Diare pada dasarnya tidak perlu pemberian obat, hanya apabila terjadi diare
hebat dapat digunakan obat untuk menguranginya. Obat antidiare yang banyak
digunakan diantaranya adalah Loperamid yang daya kerjanya dapat menormalisasi
keseimbangan resorpsi-sekresi dari sel-sel mukosa, yaitu memulihkan sel-sel yang
berada dalam keadaan hipersekresi pada keadaan resorpsi normal kembali. Loperamid
merupakan derivat difenoksilat (dan haloperidol, suatu neuroleptikum) dengan khasiat
obstipasi yang 2-3 kali lebih kuat tanpa khasiat pada SSP, jadi tidak mengakibatkan
ketergantungan.
Laksatif atau pencahar ringan adalah obat yang berkhasiat untuk
memperlancar pengeluaran isi usus. Disebut juga sebagai aperients dan aperitive.
Obat laksatif adalah obat yang membuat defekasi lebih lancar dan frekuensinya lebih
sering dari biasanya. Obat laksatif memiliki berbagai tipe. Yang pertama adalah
laksan osmotik yang bekerja meretensi air secara osmotik sehingga menstimulasi
peristaltis. Obat osmotik kita ujikan kepada mencit yaitu Bisacodyl. Bisakodyl
mampu dihidrolisis menjadi difenol di usus bagian atas. Difenol yang diabsorbsi
mengalami konjugasi di hati dan dinding usus. Metabolit akan diekskresi melalui
empedu, dan selanjutnya mengalami rehidrolisis menjadi difenol yang akan
merangsang motilitas usus besar. Sediaan berupa tablet bersalut enteral 5 mg dan 10
mg. Sediaan supositoria 10 mg. Dosis dewasa 10-15 mg, dosis anak 5-10 mg. Efek
samping berupa kolik usus dan perasaan terbakar pada penggunaan rektal. Efek
pencahar akan terlihat setelah 6-12 jam, sedangkan pada pemberian rektal efek
pencahar terlihat setelah setengah sampai satu jam. Pada pemberian oral, bisakodil
diabsorbsi kira-kira 5% dan diekskresi bersama urin dalam bentuk glukuronid, tetapi
ekskresi utama adalah di dalam tinja. Sedangkan pada pengujian antidiare digunakan
loperamide merupakan obat antidiare golongan opioid yang mekanisme kerjanya
adalah menekan kecepatan gerak peristaltik. Secara in vitro pada binatang.

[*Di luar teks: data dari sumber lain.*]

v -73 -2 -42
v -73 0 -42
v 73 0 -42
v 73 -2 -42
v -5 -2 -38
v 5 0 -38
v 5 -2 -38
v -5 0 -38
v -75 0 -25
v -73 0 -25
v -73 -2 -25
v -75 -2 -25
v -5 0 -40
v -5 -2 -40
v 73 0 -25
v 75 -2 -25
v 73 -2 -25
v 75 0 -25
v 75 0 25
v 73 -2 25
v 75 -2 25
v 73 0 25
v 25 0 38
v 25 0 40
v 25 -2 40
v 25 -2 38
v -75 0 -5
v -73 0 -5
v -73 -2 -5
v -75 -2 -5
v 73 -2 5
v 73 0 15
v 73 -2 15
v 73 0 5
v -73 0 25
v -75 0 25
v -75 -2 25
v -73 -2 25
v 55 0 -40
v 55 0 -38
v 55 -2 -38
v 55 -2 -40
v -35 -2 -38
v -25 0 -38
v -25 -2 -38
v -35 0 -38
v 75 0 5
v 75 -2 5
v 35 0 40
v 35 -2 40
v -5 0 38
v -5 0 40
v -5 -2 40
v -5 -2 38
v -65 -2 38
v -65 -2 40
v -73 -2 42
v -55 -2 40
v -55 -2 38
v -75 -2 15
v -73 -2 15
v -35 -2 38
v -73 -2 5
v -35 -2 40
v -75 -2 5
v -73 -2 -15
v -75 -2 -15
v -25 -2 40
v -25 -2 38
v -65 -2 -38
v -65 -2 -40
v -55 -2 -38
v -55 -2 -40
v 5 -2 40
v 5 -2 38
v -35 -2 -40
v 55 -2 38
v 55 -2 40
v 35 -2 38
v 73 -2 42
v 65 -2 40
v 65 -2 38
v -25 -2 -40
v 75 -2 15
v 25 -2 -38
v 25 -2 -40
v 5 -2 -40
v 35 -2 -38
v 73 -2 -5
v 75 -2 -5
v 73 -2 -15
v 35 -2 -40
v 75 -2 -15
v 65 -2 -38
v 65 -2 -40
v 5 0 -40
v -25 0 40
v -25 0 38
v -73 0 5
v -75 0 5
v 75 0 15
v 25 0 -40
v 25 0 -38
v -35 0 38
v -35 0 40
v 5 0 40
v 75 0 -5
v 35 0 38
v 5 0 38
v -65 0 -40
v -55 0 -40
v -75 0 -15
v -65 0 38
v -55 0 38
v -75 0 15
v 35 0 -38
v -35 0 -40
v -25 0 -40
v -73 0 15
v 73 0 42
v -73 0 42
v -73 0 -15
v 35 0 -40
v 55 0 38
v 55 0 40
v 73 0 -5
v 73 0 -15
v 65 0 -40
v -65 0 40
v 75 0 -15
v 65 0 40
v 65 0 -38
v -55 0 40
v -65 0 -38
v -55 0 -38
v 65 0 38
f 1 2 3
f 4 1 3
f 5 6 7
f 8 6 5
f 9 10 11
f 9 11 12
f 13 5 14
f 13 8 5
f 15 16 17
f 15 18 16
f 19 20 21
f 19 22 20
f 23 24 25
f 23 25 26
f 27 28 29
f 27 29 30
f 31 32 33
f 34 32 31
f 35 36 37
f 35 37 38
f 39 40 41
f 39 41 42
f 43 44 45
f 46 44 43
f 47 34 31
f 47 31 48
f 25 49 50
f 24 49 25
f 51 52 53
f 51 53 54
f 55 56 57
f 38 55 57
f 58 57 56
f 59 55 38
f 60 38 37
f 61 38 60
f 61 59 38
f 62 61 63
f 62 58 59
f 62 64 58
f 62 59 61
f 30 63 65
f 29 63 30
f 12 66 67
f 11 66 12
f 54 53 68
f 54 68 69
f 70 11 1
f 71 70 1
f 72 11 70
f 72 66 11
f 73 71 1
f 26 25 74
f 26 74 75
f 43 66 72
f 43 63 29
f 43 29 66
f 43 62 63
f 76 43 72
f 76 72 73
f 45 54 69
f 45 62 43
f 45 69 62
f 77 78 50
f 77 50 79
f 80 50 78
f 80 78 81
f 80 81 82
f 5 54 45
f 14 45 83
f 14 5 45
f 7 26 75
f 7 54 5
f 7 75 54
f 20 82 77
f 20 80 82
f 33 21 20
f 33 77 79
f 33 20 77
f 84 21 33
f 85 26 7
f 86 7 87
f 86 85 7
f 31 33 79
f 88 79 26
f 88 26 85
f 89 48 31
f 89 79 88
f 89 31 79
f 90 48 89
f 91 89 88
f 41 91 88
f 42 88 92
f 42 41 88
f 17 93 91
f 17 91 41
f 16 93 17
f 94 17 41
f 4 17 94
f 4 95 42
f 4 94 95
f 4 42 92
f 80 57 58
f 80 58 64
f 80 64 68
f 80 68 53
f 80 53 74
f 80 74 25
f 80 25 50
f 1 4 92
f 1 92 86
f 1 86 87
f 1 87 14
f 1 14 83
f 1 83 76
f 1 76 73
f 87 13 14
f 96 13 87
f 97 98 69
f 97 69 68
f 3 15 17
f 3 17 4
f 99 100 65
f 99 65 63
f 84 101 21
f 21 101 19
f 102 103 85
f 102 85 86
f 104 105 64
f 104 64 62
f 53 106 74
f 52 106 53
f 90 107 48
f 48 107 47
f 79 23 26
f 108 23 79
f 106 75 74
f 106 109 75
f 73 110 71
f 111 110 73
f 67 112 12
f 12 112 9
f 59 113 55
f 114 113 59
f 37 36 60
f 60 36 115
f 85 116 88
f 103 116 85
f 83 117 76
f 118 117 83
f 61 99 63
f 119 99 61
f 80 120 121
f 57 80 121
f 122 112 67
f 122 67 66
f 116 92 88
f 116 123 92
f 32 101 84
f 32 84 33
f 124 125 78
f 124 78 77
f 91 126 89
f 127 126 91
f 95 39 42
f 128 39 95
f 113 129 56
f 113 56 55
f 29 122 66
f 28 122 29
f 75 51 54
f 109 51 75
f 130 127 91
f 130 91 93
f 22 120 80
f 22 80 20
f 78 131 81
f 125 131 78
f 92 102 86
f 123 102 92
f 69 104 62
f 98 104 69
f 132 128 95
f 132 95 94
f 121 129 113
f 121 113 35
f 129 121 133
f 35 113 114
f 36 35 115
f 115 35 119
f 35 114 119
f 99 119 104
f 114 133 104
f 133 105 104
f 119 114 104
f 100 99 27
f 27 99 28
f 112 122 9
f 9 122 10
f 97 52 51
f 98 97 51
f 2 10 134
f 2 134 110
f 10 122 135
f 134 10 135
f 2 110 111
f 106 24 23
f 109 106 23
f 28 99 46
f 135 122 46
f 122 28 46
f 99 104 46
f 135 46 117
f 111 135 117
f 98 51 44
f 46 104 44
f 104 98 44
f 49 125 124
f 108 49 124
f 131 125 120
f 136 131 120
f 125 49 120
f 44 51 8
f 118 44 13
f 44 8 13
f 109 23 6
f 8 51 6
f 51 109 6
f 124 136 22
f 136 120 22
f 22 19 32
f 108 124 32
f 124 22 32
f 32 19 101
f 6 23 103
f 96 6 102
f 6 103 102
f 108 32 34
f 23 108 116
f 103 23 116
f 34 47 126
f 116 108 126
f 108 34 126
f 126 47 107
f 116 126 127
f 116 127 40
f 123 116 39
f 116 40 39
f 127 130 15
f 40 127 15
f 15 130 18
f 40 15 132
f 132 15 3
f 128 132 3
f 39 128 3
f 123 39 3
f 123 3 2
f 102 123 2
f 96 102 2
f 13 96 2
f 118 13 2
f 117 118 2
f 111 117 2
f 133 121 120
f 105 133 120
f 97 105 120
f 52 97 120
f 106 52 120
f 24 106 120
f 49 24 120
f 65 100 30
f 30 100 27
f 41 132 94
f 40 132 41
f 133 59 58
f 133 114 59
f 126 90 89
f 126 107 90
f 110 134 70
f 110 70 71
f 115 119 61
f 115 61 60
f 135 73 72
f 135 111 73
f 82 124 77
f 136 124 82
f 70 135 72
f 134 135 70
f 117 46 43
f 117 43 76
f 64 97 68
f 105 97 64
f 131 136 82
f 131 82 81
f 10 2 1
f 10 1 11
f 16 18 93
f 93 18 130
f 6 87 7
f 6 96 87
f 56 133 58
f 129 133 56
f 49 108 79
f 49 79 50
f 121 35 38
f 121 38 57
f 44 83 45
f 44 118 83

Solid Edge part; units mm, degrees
sketch "Sketch1" plane through (0, 0, 0) normal (0, -1, 0) x (1, 0, 0)
  line L0 (75, -42) -> (75, 42)
  line L1 (75, 42) -> (-75, 42)
  line L2 (-75, 42) -> (-75, -42)
  line L3 (-75, -42) -> (75, -42)
extrude "Protrusion1" add sketch "Sketch1" along normal blind 2
sketch "Sketch2" plane through (0, 0, 0) normal (0, -1, 0) x (1, 0, 0)
  line L0 (-55, 38) -> (-55, 40)
  line L1 (-55, 40) -> (-65, 40)
  line L2 (-65, 40) -> (-65, 38)
  line L3 (-65, 38) -> (-55, 38)
  line L4 (-25, 40) -> (-35, 40)
  line L5 (-35, 40) -> (-35, 38)
  line L6 (-35, 38) -> (-25, 38)
  line L7 (-25, 38) -> (-25, 40)
  line L8 (-5, 38) -> (5, 38)
  line L9 (5, 38) -> (5, 40)
  line L10 (5, 40) -> (-5, 40)
  line L11 (-5, 40) -> (-5, 38)
  line L12 (25, 38) -> (35, 38)
  line L13 (35, 38) -> (35, 40)
  line L14 (35, 40) -> (25, 40)
  line L15 (25, 40) -> (25, 38)
  line L16 (55, 38) -> (65, 38)
  line L17 (65, 38) -> (65, 40)
  line L18 (65, 40) -> (55, 40)
  line L19 (55, 40) -> (55, 38)
  line L20 (65, -40) -> (65, -38)
  line L21 (65, -38) -> (55, -38)
  line L22 (55, -38) -> (55, -40)
  line L23 (55, -40) -> (65, -40)
  line L24 (25, -40) -> (35, -40)
  line L25 (35, -40) -> (35, -38)
  line L26 (35, -38) -> (25, -38)
  line L27 (25, -38) -> (25, -40)
  line L28 (5, -38) -> (-5, -38)
  line L29 (-5, -38) -> (-5, -40)
  line L30 (-5, -40) -> (5, -40)
  line L31 (5, -40) -> (5, -38)
  line L32 (-25, -38) -> (-35, -38)
  line L33 (-35, -38) -> (-35, -40)
  line L34 (-35, -40) -> (-25, -40)
  line L35 (-25, -40) -> (-25, -38)
  line L36 (-55, -40) -> (-55, -38)
  line L37 (-55, -38) -> (-65, -38)
  line L38 (-65, -38) -> (-65, -40)
  line L39 (-65, -40) -> (-55, -40)
  line L40 (-73, -42) -> (-73, -25)
  line L41 (-73, -25) -> (-75, -25)
  line L42 (-75, -25) -> (-75, -42)
  line L43 (-75, -42) -> (-73, -42)
  line L44 (-73, -15) -> (-73, -5)
  line L45 (-73, -5) -> (-75, -5)
  line L46 (-75, -5) -> (-75, -15)
  line L47 (-75, -15) -> (-73, -15)
  line L48 (-73, 5) -> (-73, 15)
  line L49 (-73, 15) -> (-75, 15)
  line L50 (-75, 15) -> (-75, 5)
  line L51 (-75, 5) -> (-73, 5)
  line L52 (-73, 25) -> (-73, 42)
  line L53 (-73, 42) -> (-75, 42)
  line L54 (-75, 42) -> (-75, 25)
  line L55 (-75, 25) -> (-73, 25)
  line L56 (75, 25) -> (75, 42)
  line L57 (75, 42) -> (73, 42)
  line L58 (73, 42) -> (73, 25)
  line L59 (73, 25) -> (75, 25)
  line L60 (73, 15) -> (73, 5)
  line L61 (73, 5) -> (75, 5)
  line L62 (75, 5) -> (75, 15)
  line L63 (75, 15) -> (73, 15)
  line L64 (73, -5) -> (73, -15)
  line L65 (73, -15) -> (75, -15)
  line L66 (75, -15) -> (75, -5)
  line L67 (75, -5) -> (73, -5)
  line L68 (73, -25) -> (73, -42)
  line L69 (73, -42) -> (75, -42)
  line L70 (75, -42) -> (75, -25)
  line L71 (75, -25) -> (73, -25)
  dimension "D1" = 10
  dimension "D2" = 2
  dimension "D3" = 10
  dimension "D4" = 2
  dimension "D5" = 10
  dimension "D6" = 2
  dimension "D7" = 10
  dimension "D8" = 2
  dimension "D9" = 10
  dimension "D10" = 2
  dimension "D11" = 10
  dimension "D12" = 2
  dimension "D13" = 20
  dimension "D14" = 2
  dimension "D15" = 20
  dimension "D16" = 2
  dimension "D17" = 20
  dimension "D18" = 2
  dimension "D19" = 20
  dimension "D20" = 2
  dimension "D21" = 2
  dimension "D22" = 17
  dimension "D23" = 2
  dimension "D24" = 10
  dimension "D25" = 2
  dimension "D26" = 10
  dimension "D27" = 2
  dimension "D28" = 17
  dimension "D29" = 10
  dimension "D30" = 2
  dimension "D31" = 10
  dimension "D32" = 2
  dimension "D33" = 10
  dimension "D34" = 2
  dimension "D35" = 10
  dimension "D36" = 2
  dimension "D37" = 10
  dimension "D38" = 2
  dimension "D39" = 10
  dimension "D40" = 10
  dimension "D41" = 10
  dimension "D42" = 2
  dimension "D43" = 10
  dimension "D44" = 2
  dimension "D45" = 2
  dimension "D46" = 2
  dimension "D47" = 2
  dimension "D48" = 20
  dimension "D49" = 20
  dimension "D50" = 20
  dimension "D51" = 20
  dimension "D52" = 2
  dimension "D53" = 17
  dimension "D54" = 2
  dimension "D55" = 10
  dimension "D56" = 2
  dimension "D57" = 17
  dimension "D58" = 2
  dimension "D59" = 10
  dimension "D60" = 10
  dimension "D61" = 10
extrude "ExtrudedCutout_1" cut sketch "Sketch2" along normal blind 2
properties material "Acrylic, high impact grade"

Hewan percobaan yang digunakan dalam percobaan kali ini adalah mencit.
Selain karena anatomi fisiologinya sama dengan anatomi. fisiologi manusia, juga
karena mencit mudah ditangani, ukuran tubuhnya kecil sehingga waktu penelitian
dapat berlangsung lebih cepat. Prosedur pertama yang dilakukan adalah menimbang
masing-masing mencit untuk menentukan banyaknya dosis sediaan uji yang akan
diberikan pada tiap mencit. Berdasarkan tabel diatas, pada kelompok 1 kami
menggunakan obat loperamida 6 mg/kgBB sedangkan kelompok lain menggunakan
loperamid 7 mg/kgBB, obat bisakodil 30 mg/kgBB dan 40 mg/kgBB. Mencit uji pada
kelompok 1 memiliki bobot 25 gram dan setelah dikonversi dengan VAO maka
banyaknya dosis untuk mencit uji adalah 0,24 mL. Sedangkan mencit untuk kontrol
bobotnya adalah 24 gram maka dosisnya 0,24 mL. Mencit uji akan diberikan obat
loperamida 6mg/kgBB, mencit untuk kontrol akan diberikan Na CMC 0,24 mL.
Setelah itu, tiap-tiap mencit diberikan obat loperamida dan Na CMC dari berat mencit
secara peroral. Norit digunakan sebagai indikator untuk mengetahui kecepatan
motilitas usus.
Loperamide menghambat motilitas / perilstaltik usus dengan mempengaruhi
langsung otot sirkular dan longitudinal dinding usus serta mempengaruhi pergerakan
air dan elektrolit di usus besar. Pada manusia, Loperamide memperpanjang waktu
transit isi saluran cerna. Loperamide menurunkan volum feses, meningkatkan
viskositas dan kepadatan feses dan menghentikan kehilangan cairan dan elektrolit.
Sehingga pemberian loperamid berdasarkan literatur seharusnya dapat menurunkan
kecepatan peristaltik usus. Untuk mengetahuinya dapat dilihat dari laju norit panjang
usus yang dilalui oleh tinta cina terhadap panjang usus keseluruhan. Setelah
pemberian tinta cina masing-masing mencit didislokasi dan dibedah untuk melihat
kecepatan peristaltik antara mencit kontrol dan mencit yang telah diberikan loperamid
dengan dosis yang berbeda. Karena panjang usus yang dilewati tinta cina dapat
dijadikan sebagai indikator kecepatan peristaltik usus.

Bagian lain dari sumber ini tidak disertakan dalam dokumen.